António Teixeira, Associate Professor (with tenure) at University of Aveiro, Portugal, PhD in Speech Synthesis and Master in Electronics and Telecommunications. Chair of the Special Interest Group on Iberian Languages (SIG-IL) of the International Speech Communication Association (ISCA). Director of the Master in Speech and Hearing Sciences at University of Aveiro since 2004. Senior researcher at IEETA. His main research activity is in the areas of Multimodal Human-Machine Interaction and Speech Processing. Large experience in spoken language interaction; architectures, new applications and services for AAL; speech technologies and information extraction applications. He is/was involved in several national and European research projects, being project responsible or co-responsible of University of Aveiro, participation in Heron II, Living Usability Lab (LUL), AAL4ALL, Smartphones for Seniors, AAL PaeLIFE and Marie Curie IAPP IRIS; research since 1998 in spoken interaction with robots, including participation in project CARL: Communication, Action, Reasoning and Learning in Robotics; has supervised 8 concluded PhDs (including João Freitas PhD defended in 2015) and 50 Masters; and co-authored more than two hundred publications (books, book chapters, international journals and proceedings of international conferences).
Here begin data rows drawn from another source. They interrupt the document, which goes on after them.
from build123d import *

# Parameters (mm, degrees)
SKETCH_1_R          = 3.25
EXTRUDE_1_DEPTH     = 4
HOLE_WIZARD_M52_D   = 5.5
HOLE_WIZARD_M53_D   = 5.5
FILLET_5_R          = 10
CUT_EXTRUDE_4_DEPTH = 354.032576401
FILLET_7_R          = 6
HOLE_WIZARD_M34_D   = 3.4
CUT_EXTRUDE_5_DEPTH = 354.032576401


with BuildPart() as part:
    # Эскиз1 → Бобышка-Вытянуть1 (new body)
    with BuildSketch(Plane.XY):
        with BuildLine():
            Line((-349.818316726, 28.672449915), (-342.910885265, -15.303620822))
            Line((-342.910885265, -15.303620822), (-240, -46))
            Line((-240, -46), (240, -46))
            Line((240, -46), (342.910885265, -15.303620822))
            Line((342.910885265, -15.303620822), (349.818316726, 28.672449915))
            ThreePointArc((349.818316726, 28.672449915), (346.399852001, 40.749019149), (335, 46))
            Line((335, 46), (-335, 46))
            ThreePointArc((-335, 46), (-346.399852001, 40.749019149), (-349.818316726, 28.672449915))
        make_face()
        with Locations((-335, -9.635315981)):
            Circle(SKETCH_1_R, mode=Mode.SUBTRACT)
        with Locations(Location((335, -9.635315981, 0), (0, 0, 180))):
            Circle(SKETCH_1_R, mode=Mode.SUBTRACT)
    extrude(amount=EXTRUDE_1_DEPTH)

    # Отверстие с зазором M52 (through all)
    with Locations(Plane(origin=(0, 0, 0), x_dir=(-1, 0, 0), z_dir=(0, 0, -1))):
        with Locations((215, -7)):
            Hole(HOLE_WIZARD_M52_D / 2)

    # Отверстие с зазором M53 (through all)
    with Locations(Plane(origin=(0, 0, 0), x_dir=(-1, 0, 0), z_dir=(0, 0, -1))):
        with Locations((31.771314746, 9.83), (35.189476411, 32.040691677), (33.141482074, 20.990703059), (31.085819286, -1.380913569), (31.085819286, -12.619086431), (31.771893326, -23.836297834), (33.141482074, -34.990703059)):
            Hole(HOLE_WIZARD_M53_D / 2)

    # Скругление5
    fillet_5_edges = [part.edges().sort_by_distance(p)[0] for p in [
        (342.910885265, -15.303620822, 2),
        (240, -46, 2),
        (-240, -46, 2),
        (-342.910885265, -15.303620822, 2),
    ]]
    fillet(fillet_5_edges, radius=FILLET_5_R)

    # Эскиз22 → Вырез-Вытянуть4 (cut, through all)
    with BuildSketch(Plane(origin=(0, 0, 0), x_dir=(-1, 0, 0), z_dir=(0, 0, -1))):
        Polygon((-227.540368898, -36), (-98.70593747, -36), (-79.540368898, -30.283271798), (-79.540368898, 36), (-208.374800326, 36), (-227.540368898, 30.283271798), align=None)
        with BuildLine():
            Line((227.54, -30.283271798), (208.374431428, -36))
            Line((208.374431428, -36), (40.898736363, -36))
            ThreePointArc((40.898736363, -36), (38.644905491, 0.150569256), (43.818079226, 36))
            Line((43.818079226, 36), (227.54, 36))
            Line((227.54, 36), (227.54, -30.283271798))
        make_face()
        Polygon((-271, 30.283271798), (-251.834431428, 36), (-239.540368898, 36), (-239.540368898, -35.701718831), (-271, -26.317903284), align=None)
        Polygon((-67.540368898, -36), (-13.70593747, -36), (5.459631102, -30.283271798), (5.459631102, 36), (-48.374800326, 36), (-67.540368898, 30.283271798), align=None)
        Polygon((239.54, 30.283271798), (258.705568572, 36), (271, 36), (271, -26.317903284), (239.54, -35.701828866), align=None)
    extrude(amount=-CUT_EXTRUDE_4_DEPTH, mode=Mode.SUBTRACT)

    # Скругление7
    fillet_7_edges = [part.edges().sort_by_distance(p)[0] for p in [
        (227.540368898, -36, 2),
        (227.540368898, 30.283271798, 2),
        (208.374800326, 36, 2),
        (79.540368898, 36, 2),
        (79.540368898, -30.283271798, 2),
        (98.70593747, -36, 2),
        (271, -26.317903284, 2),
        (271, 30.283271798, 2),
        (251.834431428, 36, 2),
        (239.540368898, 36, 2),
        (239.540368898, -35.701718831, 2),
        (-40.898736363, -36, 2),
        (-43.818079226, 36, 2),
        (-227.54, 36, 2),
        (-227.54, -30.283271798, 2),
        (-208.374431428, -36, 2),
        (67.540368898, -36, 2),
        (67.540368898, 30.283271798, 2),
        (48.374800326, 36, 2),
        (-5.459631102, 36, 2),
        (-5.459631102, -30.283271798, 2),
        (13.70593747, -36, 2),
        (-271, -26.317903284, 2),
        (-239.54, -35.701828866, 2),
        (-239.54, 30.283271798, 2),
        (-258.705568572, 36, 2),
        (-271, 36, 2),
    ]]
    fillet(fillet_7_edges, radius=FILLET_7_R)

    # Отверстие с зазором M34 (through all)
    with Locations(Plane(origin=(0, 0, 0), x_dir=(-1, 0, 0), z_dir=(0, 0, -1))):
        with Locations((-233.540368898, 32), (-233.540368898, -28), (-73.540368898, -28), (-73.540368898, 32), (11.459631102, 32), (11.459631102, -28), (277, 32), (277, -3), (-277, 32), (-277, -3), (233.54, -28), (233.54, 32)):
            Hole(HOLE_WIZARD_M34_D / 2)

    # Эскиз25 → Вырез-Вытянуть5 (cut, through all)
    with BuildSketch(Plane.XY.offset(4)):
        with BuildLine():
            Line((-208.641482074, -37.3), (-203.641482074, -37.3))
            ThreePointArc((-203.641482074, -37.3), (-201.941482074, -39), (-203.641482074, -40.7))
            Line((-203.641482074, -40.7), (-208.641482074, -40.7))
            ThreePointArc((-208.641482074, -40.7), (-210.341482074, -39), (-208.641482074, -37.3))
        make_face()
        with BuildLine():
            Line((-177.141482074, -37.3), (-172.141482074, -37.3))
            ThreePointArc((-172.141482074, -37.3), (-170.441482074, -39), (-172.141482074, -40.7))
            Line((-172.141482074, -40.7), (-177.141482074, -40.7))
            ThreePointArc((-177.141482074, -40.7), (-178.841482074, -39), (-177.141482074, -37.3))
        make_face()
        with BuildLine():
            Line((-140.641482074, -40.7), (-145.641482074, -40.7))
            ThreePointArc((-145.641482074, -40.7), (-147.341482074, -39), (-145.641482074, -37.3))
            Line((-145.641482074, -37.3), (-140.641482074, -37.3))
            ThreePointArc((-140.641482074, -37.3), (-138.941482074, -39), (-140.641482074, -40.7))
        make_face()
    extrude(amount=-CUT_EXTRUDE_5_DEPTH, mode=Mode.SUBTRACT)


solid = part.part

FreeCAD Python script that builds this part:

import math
import FreeCAD as App
import Part
import Sketcher
from FreeCAD import Vector


def edges_at(feature, points):
    """Names of the edges that pass closest to the given points."""
    edges = feature.Shape.Edges
    near = lambda p: min(range(len(edges)), key=lambda i: edges[i].distToShape(Part.Vertex(*p))[0])
    return sorted({f"Edge{near(p) + 1}" for p in points})


def add_polygon(sketch, points):
    """Adds a closed chain of lines whose ends are joined by coincident constraints."""
    first, n = sketch.GeometryCount, len(points)
    for a, b in zip(points, points[1:] + points[:1]):
        sketch.addGeometry(Part.LineSegment(App.Vector(*a, 0), App.Vector(*b, 0)), False)
    for i in range(n):
        sketch.addConstraint(Sketcher.Constraint("Coincident", first + i, 2, first + (i + 1) % n, 1))

doc = App.newDocument("Part")
body = doc.addObject("PartDesign::Body", "Body")

sketch1 = body.newObject("Sketcher::SketchObject", "Sketch")
sketch1.AttachmentSupport = (doc.getObject("XY_Plane"), [""])
sketch1.MapMode = "FlatFace"
sketch1.addGeometry(Part.LineSegment(Vector(-349.8, 28.7, 0), Vector(-342.9, -15.3, 0)), False)
sketch1.addGeometry(Part.LineSegment(Vector(-342.9, -15.3, 0), Vector(-240, -46, 0)), False)
sketch1.addGeometry(Part.LineSegment(Vector(-240, -46, 0), Vector(240, -46, 0)), False)
sketch1.addGeometry(Part.LineSegment(Vector(240, -46, 0), Vector(342.9, -15.3, 0)), False)
sketch1.addGeometry(Part.LineSegment(Vector(342.9, -15.3, 0), Vector(349.8, 28.7, 0)), False)
sketch1.addGeometry(Part.ArcOfCircle(Part.Circle(Vector(335, 31, 0), Vector(0, 0, 1), 15), math.radians(-9), math.radians(90)), False)
sketch1.addGeometry(Part.LineSegment(Vector(335, 46, 0), Vector(-335, 46, 0)), False)
sketch1.addGeometry(Part.ArcOfCircle(Part.Circle(Vector(-335, 31, 0), Vector(0, 0, 1), 15), math.radians(90), math.radians(189)), False)
sketch1.addGeometry(Part.Circle(Vector(-335, -9.6, 0), Vector(0, 0, 1), 3.2), False)
sketch1.addGeometry(Part.Circle(Vector(335, -9.6, 0), Vector(0, 0, 1), 3.2), False)
sketch1.addConstraint(Sketcher.Constraint("Coincident", 0, 2, 1, 1))
sketch1.addConstraint(Sketcher.Constraint("Coincident", 1, 2, 2, 1))
sketch1.addConstraint(Sketcher.Constraint("Coincident", 2, 2, 3, 1))
sketch1.addConstraint(Sketcher.Constraint("Coincident", 3, 2, 4, 1))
Miguel Sales Dias holds a bachelor (1985) and a master (1988) in Electrical and Computer Engineering (IST-UTL, Portugal) and a PhD in Computer Graphics and Multimedia (1998) from ISCTE-IUL where he was an Associated Professor until 2005, holding currently an Invited Associated Professor position, teaching and conducting research in Computer Graphics, Virtual and Augmented reality, Ambient Assisted Living and Multimodal Human-Computer Interaction. Since November 2005, he is the Director of the first European R&D Centre in Speech and Natural User Interaction Technologies of Microsoft Corporation in Portugal (Microsoft Language Development Center, MLDC). He is regularly commissioned by the European Commission for R&D project evaluations and reviews. Author of 1 patent, author, co-author or editor of 11 scientific books or journal editions, 12 indexed papers in international journals, 26 chapters in indexed international books, 144 other publications, workshops or keynotes in international conferences. Since 1992 he has participated or participates in 33 International R&D projects (ESPRIT, RACE, ACTS, TELEMATICS, TEN-IBC, EUREKA, INTERREG, FP5 IST-IPS, FP6 IST, ESA, Marie Curie, AAL, ACP), and 15 National (FCT, QREN, NITEC, POSC, POCTI, POSI, ICPME, TIT). He has supervised 5 concluded Phds. He obtained 5 scientific prizes. He is a member of ACM SIGGRAPH, Eurographics, ISCA and IEEE; editorial boards of several journal; several Program Committees of National and International conferences in Computer Graphics, Virtual and Augmented Reality, Speech technologies, Accessibility and Ambient Assisted Living. He was President of ADETTI, an ISCTE-IUL associated R&D research center. He was Vice-president and Secretary of the Portuguese Group of Computer Graphics, Eurographics Portuguese Chapter.
Samuel Silva graduated in Electronics and Telecommunications Engineering in 2003, completed an MSc (pre-Bologna) in the same area in 2007 and obtained his PhD in Informatics Engineering in 2012, all by University of Aveiro. His main research interests include medical imaging processing and analysis, data and information visualization, and human computer interaction, areas in which he (co-) authored eleven articles in international peer reviewed journals and more than 50 papers in international peer reviewed conferences. As a researcher, at the Institute of Electronics and Informatics Engineering of Aveiro (Portugal), S. Silva has been actively involved in several national and international R&D projects spanning theareas of Ambient Assisted Living, Multimodal Interaction and Speech Production.